The code below is the current version however I have tried a number of different methods with varying results:
function(AB,sex,eth){
AB<-AB
sex<- sex
eth<-as.numeric(eth)
#make matrix reference
#make 'european' equal to 'other'
eth <- ifelse(eth==7,6,eth)
#change male from a 0 coding to a 2 for array lookup
sex <- ifelse(sex==1,1,2)
#remove seven from AB due to diab data starting at 30-34 age bracket
agebracket <- AB-7
#random number drawn
diabbase <- runif(census$Total.Sex[AB],0,1)

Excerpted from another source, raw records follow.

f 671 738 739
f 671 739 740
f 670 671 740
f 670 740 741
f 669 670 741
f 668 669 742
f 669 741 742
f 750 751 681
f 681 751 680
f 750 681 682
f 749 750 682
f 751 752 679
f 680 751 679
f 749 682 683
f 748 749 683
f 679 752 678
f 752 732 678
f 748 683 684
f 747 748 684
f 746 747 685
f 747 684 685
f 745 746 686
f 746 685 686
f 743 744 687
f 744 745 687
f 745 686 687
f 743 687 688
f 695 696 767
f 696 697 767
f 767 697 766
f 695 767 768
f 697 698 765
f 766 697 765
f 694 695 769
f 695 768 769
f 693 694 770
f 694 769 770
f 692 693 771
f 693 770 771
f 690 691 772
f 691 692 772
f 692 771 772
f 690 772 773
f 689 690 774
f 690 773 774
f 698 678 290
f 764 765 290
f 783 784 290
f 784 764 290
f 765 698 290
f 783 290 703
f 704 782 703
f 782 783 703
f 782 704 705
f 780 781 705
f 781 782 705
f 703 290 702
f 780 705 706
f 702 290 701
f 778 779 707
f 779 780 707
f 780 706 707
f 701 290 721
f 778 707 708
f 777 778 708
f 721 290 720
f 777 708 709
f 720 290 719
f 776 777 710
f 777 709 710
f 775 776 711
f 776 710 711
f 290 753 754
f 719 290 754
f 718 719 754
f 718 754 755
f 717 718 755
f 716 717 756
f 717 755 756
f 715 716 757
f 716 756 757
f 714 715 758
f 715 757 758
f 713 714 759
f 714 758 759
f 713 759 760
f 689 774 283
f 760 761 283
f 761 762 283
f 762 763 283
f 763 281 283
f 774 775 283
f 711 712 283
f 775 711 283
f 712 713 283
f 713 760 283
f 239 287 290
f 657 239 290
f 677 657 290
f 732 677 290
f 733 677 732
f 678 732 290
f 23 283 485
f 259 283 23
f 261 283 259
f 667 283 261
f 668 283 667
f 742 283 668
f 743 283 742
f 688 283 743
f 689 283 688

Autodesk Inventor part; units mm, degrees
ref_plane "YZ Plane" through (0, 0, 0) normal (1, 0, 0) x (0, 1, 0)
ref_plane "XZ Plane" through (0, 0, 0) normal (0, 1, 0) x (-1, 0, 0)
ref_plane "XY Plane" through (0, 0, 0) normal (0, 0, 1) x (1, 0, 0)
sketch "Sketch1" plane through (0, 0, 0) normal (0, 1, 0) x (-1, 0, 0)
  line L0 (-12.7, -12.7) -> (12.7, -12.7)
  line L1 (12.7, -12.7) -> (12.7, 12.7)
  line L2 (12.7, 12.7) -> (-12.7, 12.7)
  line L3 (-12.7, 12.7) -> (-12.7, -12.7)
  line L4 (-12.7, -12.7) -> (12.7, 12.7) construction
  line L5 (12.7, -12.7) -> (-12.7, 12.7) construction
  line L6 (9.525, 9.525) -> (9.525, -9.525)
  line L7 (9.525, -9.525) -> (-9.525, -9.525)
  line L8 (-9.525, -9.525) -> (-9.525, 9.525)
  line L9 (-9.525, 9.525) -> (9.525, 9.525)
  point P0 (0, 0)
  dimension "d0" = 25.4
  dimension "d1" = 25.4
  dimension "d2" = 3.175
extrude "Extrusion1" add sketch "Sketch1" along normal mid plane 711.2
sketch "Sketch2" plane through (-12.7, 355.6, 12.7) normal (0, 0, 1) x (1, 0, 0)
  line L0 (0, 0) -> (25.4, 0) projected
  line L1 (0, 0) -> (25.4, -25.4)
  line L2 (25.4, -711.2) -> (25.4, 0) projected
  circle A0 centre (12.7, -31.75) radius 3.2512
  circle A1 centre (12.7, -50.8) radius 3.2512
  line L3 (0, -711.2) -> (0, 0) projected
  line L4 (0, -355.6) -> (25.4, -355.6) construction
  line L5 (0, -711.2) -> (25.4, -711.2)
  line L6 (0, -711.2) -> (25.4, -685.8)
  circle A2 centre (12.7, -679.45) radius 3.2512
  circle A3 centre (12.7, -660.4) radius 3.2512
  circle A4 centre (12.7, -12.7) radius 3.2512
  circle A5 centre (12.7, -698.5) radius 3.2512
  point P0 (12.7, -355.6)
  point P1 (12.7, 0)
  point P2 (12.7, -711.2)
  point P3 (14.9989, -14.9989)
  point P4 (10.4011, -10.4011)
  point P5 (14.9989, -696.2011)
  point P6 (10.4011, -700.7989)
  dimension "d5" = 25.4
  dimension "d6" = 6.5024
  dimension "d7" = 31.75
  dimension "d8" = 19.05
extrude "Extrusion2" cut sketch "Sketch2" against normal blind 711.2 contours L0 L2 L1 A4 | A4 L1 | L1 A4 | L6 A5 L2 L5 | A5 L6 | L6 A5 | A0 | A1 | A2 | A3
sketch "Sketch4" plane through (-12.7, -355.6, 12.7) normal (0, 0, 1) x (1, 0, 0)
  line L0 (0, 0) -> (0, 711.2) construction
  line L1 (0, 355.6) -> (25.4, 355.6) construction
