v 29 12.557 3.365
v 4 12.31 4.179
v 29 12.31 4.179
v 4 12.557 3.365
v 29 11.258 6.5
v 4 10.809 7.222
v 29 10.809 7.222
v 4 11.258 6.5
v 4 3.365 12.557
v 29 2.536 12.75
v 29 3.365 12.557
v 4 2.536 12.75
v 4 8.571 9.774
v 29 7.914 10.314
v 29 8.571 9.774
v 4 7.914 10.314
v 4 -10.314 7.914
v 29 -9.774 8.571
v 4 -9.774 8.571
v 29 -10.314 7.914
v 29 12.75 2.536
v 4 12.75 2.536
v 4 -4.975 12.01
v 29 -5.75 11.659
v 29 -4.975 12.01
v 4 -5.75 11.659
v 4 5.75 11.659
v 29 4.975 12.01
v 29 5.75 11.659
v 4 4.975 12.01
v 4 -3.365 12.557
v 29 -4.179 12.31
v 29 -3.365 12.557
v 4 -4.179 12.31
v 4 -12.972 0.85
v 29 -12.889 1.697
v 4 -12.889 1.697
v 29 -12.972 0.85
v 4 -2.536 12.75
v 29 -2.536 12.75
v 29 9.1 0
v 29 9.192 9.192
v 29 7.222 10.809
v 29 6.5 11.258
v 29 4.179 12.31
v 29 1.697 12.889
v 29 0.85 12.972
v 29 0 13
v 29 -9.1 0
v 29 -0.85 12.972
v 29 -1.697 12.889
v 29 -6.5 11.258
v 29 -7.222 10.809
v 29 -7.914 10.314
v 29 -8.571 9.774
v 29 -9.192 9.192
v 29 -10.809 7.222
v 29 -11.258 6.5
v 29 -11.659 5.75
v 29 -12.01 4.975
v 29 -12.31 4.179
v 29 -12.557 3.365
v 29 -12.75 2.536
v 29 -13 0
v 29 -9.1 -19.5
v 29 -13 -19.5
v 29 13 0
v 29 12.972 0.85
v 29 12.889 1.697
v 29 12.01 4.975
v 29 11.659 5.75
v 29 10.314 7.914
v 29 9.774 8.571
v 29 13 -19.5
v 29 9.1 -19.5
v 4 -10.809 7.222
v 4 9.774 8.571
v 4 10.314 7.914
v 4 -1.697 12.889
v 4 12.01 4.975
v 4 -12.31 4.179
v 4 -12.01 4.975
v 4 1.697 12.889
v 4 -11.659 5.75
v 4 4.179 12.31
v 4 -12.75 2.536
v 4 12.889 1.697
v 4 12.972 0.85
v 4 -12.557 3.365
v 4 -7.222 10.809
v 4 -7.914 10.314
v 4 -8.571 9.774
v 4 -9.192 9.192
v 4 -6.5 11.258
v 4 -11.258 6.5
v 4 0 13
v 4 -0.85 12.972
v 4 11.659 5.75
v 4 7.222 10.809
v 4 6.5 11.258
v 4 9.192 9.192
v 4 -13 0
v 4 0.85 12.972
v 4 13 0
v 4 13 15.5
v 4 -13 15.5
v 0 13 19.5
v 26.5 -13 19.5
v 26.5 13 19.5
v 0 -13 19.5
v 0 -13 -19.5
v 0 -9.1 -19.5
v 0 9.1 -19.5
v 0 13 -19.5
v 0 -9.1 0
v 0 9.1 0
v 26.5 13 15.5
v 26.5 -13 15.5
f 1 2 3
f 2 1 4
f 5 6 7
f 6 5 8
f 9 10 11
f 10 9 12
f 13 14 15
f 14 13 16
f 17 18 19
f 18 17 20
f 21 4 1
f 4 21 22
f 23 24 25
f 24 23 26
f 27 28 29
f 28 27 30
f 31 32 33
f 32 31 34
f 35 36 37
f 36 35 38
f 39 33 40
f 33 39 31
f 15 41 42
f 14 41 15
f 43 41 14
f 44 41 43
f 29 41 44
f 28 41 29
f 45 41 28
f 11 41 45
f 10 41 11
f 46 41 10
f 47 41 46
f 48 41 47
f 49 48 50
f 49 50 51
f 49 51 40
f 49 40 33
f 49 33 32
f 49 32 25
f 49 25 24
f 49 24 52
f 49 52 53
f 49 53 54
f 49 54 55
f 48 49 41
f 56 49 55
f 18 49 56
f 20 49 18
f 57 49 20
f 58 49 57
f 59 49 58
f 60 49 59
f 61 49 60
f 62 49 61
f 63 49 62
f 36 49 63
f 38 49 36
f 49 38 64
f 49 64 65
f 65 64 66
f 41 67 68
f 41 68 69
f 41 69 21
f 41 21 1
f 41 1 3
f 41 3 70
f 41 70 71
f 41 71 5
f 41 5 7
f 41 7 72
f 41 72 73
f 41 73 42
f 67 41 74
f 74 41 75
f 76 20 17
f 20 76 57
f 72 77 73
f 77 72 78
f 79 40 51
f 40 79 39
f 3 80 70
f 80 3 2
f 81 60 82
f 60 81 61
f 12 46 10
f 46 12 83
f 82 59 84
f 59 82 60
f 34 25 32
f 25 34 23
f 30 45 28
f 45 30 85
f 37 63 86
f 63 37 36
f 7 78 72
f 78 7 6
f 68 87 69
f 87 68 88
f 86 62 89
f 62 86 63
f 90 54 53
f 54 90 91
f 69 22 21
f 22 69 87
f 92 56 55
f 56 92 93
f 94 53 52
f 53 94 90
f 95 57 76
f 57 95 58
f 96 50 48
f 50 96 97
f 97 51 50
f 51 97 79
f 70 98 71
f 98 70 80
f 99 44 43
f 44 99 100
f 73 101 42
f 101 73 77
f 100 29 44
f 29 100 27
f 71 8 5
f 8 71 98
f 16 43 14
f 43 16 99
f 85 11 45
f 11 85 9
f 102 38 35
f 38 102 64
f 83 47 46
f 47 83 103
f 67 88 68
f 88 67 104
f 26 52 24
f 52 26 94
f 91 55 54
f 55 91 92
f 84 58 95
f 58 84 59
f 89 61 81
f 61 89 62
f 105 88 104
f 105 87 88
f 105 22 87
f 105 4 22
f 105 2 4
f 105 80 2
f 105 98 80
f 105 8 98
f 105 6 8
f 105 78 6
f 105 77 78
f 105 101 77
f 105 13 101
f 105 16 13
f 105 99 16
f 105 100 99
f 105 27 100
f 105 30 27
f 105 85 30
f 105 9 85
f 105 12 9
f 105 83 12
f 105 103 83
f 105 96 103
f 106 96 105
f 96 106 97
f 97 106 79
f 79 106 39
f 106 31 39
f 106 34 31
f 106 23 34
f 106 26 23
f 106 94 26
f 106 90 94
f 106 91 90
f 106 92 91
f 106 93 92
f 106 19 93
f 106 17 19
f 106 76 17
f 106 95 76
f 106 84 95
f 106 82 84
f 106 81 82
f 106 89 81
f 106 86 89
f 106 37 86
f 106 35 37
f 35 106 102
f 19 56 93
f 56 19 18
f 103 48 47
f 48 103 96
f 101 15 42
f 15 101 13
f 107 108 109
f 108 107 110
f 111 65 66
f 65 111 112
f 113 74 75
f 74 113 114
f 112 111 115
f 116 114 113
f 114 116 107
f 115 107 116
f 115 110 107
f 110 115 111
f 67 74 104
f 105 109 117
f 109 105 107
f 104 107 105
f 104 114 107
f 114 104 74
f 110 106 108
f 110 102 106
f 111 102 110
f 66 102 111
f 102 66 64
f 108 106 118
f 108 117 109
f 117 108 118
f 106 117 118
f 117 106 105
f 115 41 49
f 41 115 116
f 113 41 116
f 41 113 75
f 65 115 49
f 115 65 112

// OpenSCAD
belt_width = 50;
belt_thickness = 1;
belt_clearance = belt_thickness * 2.5;
plywood_thickness = 18.2;
end_cap_thickness = 4;
guide_radius = 13;
retainer_gap = 5;
screw_hole_diameter = 4;
dowel_diameter = 8;
dowel_length = 30;

end_cap_height = guide_radius+belt_clearance+end_cap_thickness;

difference () {
  union () {
    // Belt guide
    translate([end_cap_thickness,0,0]) {
      rotate ([0,90,0]) {
        cylinder($fn=96,r=guide_radius, h=belt_width/2);
      }
    }
    // End cap
    translate([0,-guide_radius,-end_cap_height]) {
      cube([end_cap_thickness, guide_radius*2, 2*end_cap_height]);
    }
    // Mounting plate
    translate([end_cap_thickness,-guide_radius,-end_cap_height]) {
      cube([belt_width/2, guide_radius*2, end_cap_height]);
    }
    // Retainer plate
    translate([end_cap_thickness,-guide_radius,end_cap_height-end_cap_thickness]) {
      cube([belt_width/2 - retainer_gap/2, guide_radius*2,end_cap_thickness]);
    }      
  }
  // Slot for the plywood
  translate([-0.1,-plywood_thickness/2,-end_cap_height-0.1]) {
    cube([end_cap_thickness+0.2+(belt_width/2),plywood_thickness,end_cap_height+0.1]);
  }
  /* // Screw hole */
  /* translate([(end_cap_thickness+plywood_thickness)/2, */
  /*            -(plywood_thickness-end_cap_thickness)/2, */
  /*            -plywood_thickness/2]) { */
  /*   rotate([90,0,0]) { */
  /*     cylinder($fn=24,r=screw_hole_diameter/2, h = end_cap_thickness + 0.2); */
  /*   } */
  /* } */
  /* // Dowel hole */
  /* translate([end_cap_thickness+(belt_width/2)-(dowel_length/2)+0.1,0,guide_radius/2]) { */
  /*   rotate([0,90,0]) { */
  /*     cylinder($fn=24,r=dowel_diameter/2,h=dowel_length/2+0.2); */
  /*   } */
  /* } */
}
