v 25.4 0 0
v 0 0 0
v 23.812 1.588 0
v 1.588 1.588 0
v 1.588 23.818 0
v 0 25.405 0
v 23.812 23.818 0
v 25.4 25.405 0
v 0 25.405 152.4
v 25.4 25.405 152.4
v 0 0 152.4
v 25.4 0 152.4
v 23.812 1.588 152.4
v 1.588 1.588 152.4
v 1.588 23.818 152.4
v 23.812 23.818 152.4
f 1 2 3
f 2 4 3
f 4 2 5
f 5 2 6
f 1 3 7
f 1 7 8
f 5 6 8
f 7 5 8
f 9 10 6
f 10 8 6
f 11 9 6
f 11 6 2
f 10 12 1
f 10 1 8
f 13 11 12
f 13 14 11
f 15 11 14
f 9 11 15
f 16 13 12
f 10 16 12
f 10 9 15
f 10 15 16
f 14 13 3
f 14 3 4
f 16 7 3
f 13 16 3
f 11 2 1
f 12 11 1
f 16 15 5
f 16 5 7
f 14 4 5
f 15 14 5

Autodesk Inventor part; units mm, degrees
ref_plane "YZ Plane" through (0, 0, 0) normal (1, 0, 0) x (0, 1, 0)
ref_plane "XZ Plane" through (0, 0, 0) normal (0, 1, 0) x (-1, 0, 0)
ref_plane "XY Plane" through (0, 0, 0) normal (0, 0, 1) x (1, 0, 0)
sketch "Sketch1" plane through (0, 0, 0) normal (0, 0, 1) x (1, 0, 0)
  line L0 (0, 0) -> (25.4, 0)
  line L1 (25.4, 0) -> (25.4, 25.4053)
  line L2 (25.4, 25.4053) -> (0, 25.4053)
  line L3 (0, 25.4053) -> (0, 0)
  line L4 (1.5875, 22.2862) -> (1.5875, 23.8178) construction
  line L5 (1.5875, 23.8178) -> (23.8125, 23.8178)
  line L6 (23.8125, 23.8178) -> (23.8125, 1.5875)
  line L7 (23.8125, 1.5875) -> (1.5875, 1.5875)
  line L8 (1.5875, 1.5875) -> (1.5875, 23.8178)
  dimension "d0" = 25.4
  dimension "d4" = 22.225
extrude "Extrusion1" add sketch "Sketch1" along normal blind 152.4
properties part number "Hook 2nd 1x1"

#census$total.sex gives the total number in each age bracket
#array assignment
arrayvalue <- Darray[agebracket,sex,eth]
diab <- ifelse((diabbase >= (Darray[agebracket,sex,eth])) ,1,0)
return(diab)
}
if i call the function from the command line with "arrayvalue" returned rather than "diab" and individual values submitted rather than variables (ie diabtest <- diabgen(10,1,1) ) it returns the correct value from the array but if I submit the variables(ie diabtest <- diabgen(AB,sex,eth) it returns an empty array.
If I can give further info that might make what i am talking about clearer please let me know I would be more than happy to do so, it seems so easy but it is doing my head in. I am open to any suggestions on other/better ways of doing the same thing, any hints appreciated.
This maybe doesn't solve your problem (I'll update as needed), but it is a simple simulated dataframe for your conditions (2x11x6 factors)
brackets <- round(seq(15, 85, length.out = 12))
brlabels <- character()
for (i in 1:11) {
brlabels[i] <- paste(brackets[i], "to", brackets[i + 1], sep = " ")
}
AB <- cut(round(runif(100, 18, 80)), breaks = brackets, labels = brlabels)
sex <- factor(sample(c(1,2), 100, replace = TRUE), levels = c(1,2), labels = c("Male", "Female"))
eth <- factor(sample(c(1:6), 100, replace = TRUE), levels = c(1:6), labels = c("French", "German", "Swedish", "Polish", "Greek", "Italian"))
somerandombusiness <- rnorm(100, 50, 4)
sim.df <- data.frame(somerandombusiness)
sim.df$AB <- AB
sim.df$sex <- sex
sim.df$eth <- eth
It may be more cumbersome to select a specific intersection of the three at first, but most of the tools to deal with factor variables expect a dataframe.
Edit 1
You could do something like:
runif(1,0) >= (sim.df[which(sim.df$AB=="34 to 40"&sim.df$sex=="Male"&sim.df$eth=="German"), 1])
But I'm still not sure why you would want to. For one, with my method there is no way to be sure that all possible combinations are enumerated. You could up the sample size to a few thousand without much trouble but that would only make it really really likely that every combination existed. In this case I've chose one that does exist.
You could do this more easily w/ something like table(sim.df$eth, sim.df[, 1] > 60) which will give a cross-tab of all the somerandombusiness values > 60 and various ethnicities.